*** Opening of DATASET CONTENT ***

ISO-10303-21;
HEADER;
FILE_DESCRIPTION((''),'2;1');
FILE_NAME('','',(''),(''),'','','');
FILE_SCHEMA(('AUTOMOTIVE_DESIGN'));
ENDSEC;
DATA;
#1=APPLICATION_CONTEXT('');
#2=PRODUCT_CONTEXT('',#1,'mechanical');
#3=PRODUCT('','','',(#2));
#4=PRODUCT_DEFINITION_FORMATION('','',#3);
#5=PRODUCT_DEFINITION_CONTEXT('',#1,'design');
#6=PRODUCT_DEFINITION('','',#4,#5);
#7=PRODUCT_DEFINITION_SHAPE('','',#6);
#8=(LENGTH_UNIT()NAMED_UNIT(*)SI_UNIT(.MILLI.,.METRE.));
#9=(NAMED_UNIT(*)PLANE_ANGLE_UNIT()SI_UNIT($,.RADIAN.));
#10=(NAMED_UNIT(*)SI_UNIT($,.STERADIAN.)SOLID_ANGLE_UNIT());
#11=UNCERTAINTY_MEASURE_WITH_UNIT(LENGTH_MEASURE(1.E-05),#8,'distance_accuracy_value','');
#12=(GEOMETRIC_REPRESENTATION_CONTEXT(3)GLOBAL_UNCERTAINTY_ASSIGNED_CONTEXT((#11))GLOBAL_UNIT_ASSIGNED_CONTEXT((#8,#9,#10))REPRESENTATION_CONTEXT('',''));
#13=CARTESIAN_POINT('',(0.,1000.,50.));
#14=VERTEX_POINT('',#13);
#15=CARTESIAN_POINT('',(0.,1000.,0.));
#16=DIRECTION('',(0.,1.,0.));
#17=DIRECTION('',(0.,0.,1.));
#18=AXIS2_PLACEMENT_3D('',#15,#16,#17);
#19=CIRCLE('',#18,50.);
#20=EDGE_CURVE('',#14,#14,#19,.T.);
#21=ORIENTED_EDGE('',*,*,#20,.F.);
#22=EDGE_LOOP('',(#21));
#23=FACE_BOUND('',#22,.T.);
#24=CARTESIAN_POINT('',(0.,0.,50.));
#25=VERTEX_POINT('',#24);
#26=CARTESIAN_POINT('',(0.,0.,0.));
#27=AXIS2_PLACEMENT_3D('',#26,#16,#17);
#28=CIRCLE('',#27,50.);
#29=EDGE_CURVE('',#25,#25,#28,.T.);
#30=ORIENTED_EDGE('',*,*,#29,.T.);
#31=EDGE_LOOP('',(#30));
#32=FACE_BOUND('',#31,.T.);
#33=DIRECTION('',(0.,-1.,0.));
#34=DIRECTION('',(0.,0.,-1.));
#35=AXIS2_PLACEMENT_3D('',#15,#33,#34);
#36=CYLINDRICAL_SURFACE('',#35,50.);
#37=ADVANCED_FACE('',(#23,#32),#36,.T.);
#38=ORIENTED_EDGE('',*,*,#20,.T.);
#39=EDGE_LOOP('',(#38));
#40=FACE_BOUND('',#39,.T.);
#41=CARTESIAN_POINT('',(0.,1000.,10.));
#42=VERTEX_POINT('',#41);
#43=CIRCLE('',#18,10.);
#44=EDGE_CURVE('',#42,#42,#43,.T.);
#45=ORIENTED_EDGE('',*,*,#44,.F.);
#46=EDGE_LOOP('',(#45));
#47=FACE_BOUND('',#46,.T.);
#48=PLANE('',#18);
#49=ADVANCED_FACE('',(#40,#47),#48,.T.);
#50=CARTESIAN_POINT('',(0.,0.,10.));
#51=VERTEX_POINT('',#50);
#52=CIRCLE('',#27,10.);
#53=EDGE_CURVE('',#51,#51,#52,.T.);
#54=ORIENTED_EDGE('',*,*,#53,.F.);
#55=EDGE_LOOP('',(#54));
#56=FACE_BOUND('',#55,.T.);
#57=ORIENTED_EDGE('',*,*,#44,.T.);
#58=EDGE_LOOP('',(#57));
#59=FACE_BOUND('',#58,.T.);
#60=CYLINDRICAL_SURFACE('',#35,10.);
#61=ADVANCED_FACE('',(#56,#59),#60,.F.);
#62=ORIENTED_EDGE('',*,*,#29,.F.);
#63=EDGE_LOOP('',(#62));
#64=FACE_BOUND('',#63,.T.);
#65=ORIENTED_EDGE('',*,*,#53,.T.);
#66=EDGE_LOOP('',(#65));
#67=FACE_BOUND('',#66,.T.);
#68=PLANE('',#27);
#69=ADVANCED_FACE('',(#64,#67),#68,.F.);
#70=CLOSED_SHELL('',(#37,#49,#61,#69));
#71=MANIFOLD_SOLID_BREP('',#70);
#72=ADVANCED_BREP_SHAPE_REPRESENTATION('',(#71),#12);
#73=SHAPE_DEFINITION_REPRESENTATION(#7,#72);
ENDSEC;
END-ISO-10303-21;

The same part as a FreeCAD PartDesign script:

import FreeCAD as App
import Part
import Sketcher

doc = App.newDocument("Part")
body = doc.addObject("PartDesign::Body", "Body")

sketch1 = body.newObject("Sketcher::SketchObject", "Sketch")
sketch1.AttachmentSupport = (doc.getObject("XZ_Plane"), [""])
sketch1.MapMode = "FlatFace"
sketch1.addGeometry([
    Part.Circle(App.Vector(0, 0, 0), App.Vector(0, 0, 1), 50),
    Part.Circle(App.Vector(0, 0, 0), App.Vector(0, 0, 1), 10),
], False)
sketch1.addConstraint([
    Sketcher.Constraint("Coincident", 0, 3, -1, 1),
    Sketcher.Constraint("Coincident", 1, 3, -1, 1),
    Sketcher.Constraint("Diameter", 0, 100.0),
    Sketcher.Constraint("Diameter", 1, 20.0),
])
pad1 = body.newObject("PartDesign::Pad", "Pad")
pad1.Profile = sketch1
pad1.Length = 1000
pad1.Reversed = True

doc.recompute()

*** Close of DATASET CONTENT ***

## WORK REQUIRED:
Quote in full each line from the top of the records above through the line with "#6=PRODUCT_DEFINITION('','',#4,#5);"; stop after that line.

## WRITTEN SOLUTION:
ISO-10303-21;
HEADER;
FILE_DESCRIPTION((''),'2;1');
FILE_NAME('','',(''),(''),'','','');
FILE_SCHEMA(('AUTOMOTIVE_DESIGN'));
ENDSEC;
DATA;
#1=APPLICATION_CONTEXT('');
#2=PRODUCT_CONTEXT('',#1,'mechanical');
#3=PRODUCT('','','',(#2));
#4=PRODUCT_DEFINITION_FORMATION('','',#3);
#5=PRODUCT_DEFINITION_CONTEXT('',#1,'design');
#6=PRODUCT_DEFINITION('','',#4,#5);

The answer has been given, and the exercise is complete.